§ Entries provided:
»»
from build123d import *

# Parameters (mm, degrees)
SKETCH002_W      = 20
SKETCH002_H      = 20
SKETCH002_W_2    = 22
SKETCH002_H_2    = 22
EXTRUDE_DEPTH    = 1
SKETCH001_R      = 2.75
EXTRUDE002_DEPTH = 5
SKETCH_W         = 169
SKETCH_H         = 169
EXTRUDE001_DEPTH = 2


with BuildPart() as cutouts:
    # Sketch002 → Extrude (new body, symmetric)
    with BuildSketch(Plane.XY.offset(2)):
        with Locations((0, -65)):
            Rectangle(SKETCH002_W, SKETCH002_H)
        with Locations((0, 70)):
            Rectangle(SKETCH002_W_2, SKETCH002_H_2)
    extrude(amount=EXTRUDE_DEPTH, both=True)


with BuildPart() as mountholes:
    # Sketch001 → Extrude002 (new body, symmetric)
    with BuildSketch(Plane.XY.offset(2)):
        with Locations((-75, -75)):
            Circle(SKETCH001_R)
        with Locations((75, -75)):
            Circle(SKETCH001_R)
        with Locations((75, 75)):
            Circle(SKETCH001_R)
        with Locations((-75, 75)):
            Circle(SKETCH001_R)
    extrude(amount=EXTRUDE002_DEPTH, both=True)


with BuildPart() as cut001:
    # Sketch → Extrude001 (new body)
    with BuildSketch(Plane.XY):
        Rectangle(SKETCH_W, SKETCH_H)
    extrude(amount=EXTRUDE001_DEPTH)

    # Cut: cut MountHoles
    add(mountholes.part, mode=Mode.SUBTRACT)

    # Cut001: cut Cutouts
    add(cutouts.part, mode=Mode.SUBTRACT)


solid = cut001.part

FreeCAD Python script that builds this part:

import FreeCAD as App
import Part
import Sketcher
from FreeCAD import Vector

doc = App.newDocument("Part")
body = doc.addObject("PartDesign::Body", "Body")
body.AllowCompound = True

# Sketch on XY plane
sketch1 = body.newObject("Sketcher::SketchObject", "Sketch")
sketch1.AttachmentSupport = (doc.getObject("XY_Plane"), [""])
sketch1.MapMode = "FlatFace"
sketch1.AttachmentOffset = App.Placement(Vector(0, 0, 2), App.Rotation())
sketch1.addGeometry([
    Part.LineSegment(Vector(-10, -55, 0), Vector(-10, -75, 0)),  # 0
    Part.LineSegment(Vector(-10, -75, 0), Vector(10, -75, 0)),  # 1
    Part.LineSegment(Vector(10, -75, 0), Vector(10, -55, 0)),  # 2
    Part.LineSegment(Vector(10, -55, 0), Vector(-10, -55, 0)),  # 3
    Part.LineSegment(Vector(-11, 81, 0), Vector(-11, 59, 0)),  # 4
    Part.LineSegment(Vector(-11, 59, 0), Vector(11, 59, 0)),  # 5
    Part.LineSegment(Vector(11, 59, 0), Vector(11, 81, 0)),  # 6
    Part.LineSegment(Vector(11, 81, 0), Vector(-11, 81, 0)),  # 7
], False)
sketch1.addConstraint([
    Sketcher.Constraint("Coincident", 0, 2, 1, 1),
    Sketcher.Constraint("Coincident", 1, 2, 2, 1),
    Sketcher.Constraint("Coincident", 2, 2, 3, 1),
    Sketcher.Constraint("Coincident", 3, 2, 0, 1),
    Sketcher.Constraint("Coincident", 4, 2, 5, 1),
    Sketcher.Constraint("Coincident", 5, 2, 6, 1),
    Sketcher.Constraint("Coincident", 6, 2, 7, 1),
    Sketcher.Constraint("Coincident", 7, 2, 4, 1),
    Sketcher.Constraint("Vertical", 0),
    Sketcher.Constraint("Horizontal", 1),
    Sketcher.Constraint("Vertical", 2),
    Sketcher.Constraint("Horizontal", 3),
    Sketcher.Constraint("Vertical", 4),
    Sketcher.Constraint("Horizontal", 5),
    Sketcher.Constraint("Vertical", 6),
    Sketcher.Constraint("Horizontal", 7),
    Sketcher.Constraint("Equal", 3, 0),
    Sketcher.Constraint("Equal", 7, 4),
    Sketcher.Constraint("DistanceX", 1, 1, 1, 2, 20.0),
    Sketcher.Constraint("DistanceX", 5, 1, 5, 2, 22.0),
    Sketcher.Constraint("DistanceX", 0, 2, -1, 1, 10.0),
    Sketcher.Constraint("DistanceY", 0, 2, -1, 1, 75.0),
    Sketcher.Constraint("DistanceX", 4, 2, -1, 1, 11.0),
    Sketcher.Constraint("DistanceY", -1, 1, 4, 2, 59.0),
])
pad1 = body.newObject("PartDesign::Pad", "Pad")
pad1.Profile = sketch1
pad1.Length = 2
pad1.Midplane = True
body2 = doc.addObject("PartDesign::Body", "Body001")
body2.AllowCompound = True

# Sketch on XY plane
sketch2 = body2.newObject("Sketcher::SketchObject", "Sketch001")
sketch2.AttachmentSupport = (doc.getObject("XY_Plane001"), [""])
sketch2.MapMode = "FlatFace"
sketch2.AttachmentOffset = App.Placement(Vector(0, 0, 2), App.Rotation())
sketch2.addGeometry([
    Part.Circle(Vector(-75, -75, 0), Vector(0, 0, 1), 2.8),
    Part.Circle(Vector(75, -75, 0), Vector(0, 0, 1), 2.8),
    Part.Circle(Vector(75, 75, 0), Vector(0, 0, 1), 2.8),
    Part.Circle(Vector(-75, 75, 0), Vector(0, 0, 1), 2.8),
], False)
sketch2.addConstraint([
    Sketcher.Constraint("Equal", 0, 1),
    Sketcher.Constraint("Equal", 1, 2),
    Sketcher.Constraint("Equal", 2, 3),
    Sketcher.Constraint("Symmetric", 0, 3, 2, 3, -1, 1),
    Sketcher.Constraint("Symmetric", 1, 3, 3, 3, -1, 1),
    Sketcher.Constraint("Symmetric", 0, 3, 1, 3, -2),
    Sketcher.Constraint("Diameter", 0, 5.5),
    Sketcher.Constraint("DistanceX", 0, 3, -1, 1, 75.0),
    Sketcher.Constraint("DistanceY", 0, 3, -1, 1, 75.0),
])
pad2 = body2.newObject("PartDesign::Pad", "Pad001")
pad2.Profile = sketch2
pad2.Length = 10
pad2.Midplane = True
body3 = doc.addObject("PartDesign::Body", "Body002")

# Sketch on XY plane
sketch3 = body3.newObject("Sketcher::SketchObject", "Sketch002")
sketch3.AttachmentSupport = (doc.getObject("XY_Plane002"), [""])
sketch3.MapMode = "FlatFace"
sketch3.addGeometry([
    Part.LineSegment(Vector(-84, 84, 0), Vector(-84, -84, 0)),
    Part.LineSegment(Vector(-84, -84, 0), Vector(84, -84, 0)),
    Part.LineSegment(Vector(84, -84, 0), Vector(84, 84, 0)),
    Part.LineSegment(Vector(84, 84, 0), Vector(-84, 84, 0)),
], False)
sketch3.addConstraint([
    Sketcher.Constraint("Coincident", 0, 2, 1, 1),
    Sketcher.Constraint("Coincident", 1, 2, 2, 1),
    Sketcher.Constraint("Coincident", 2, 2, 3, 1),
    Sketcher.Constraint("Coincident", 3, 2, 0, 1),
    Sketcher.Constraint("Vertical", 0),
    Sketcher.Constraint("Horizontal", 1),
    Sketcher.Constraint("Vertical", 2),
    Sketcher.Constraint("Horizontal", 3),
    Sketcher.Constraint("Symmetric", 0, 2, 2, 2, -1, 1),
    Sketcher.Constraint("Equal", 3, 0),
    Sketcher.Constraint("DistanceX", 1, 1, 1, 2, 169.0),
])
pad3 = body3.newObject("PartDesign::Pad", "Pad002")
pad3.Profile = sketch3
pad3.Length = 2
doc.recompute()

boolean = body3.newObject("PartDesign::Boolean", "Boolean")
boolean.Type = "Cut"
boolean.addObjects([body2])
doc.recompute()

boolean2 = body3.newObject("PartDesign::Boolean", "Boolean001")
boolean2.Type = "Cut"
boolean2.addObjects([body])

doc.recompute()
««
§ Brief: Your answer should consist of the lines above that hold the word "Rectangle".

§ Written response:
            Rectangle(SKETCH002_W, SKETCH002_H)
            Rectangle(SKETCH002_W_2, SKETCH002_H_2)
        Rectangle(SKETCH_W, SKETCH_H)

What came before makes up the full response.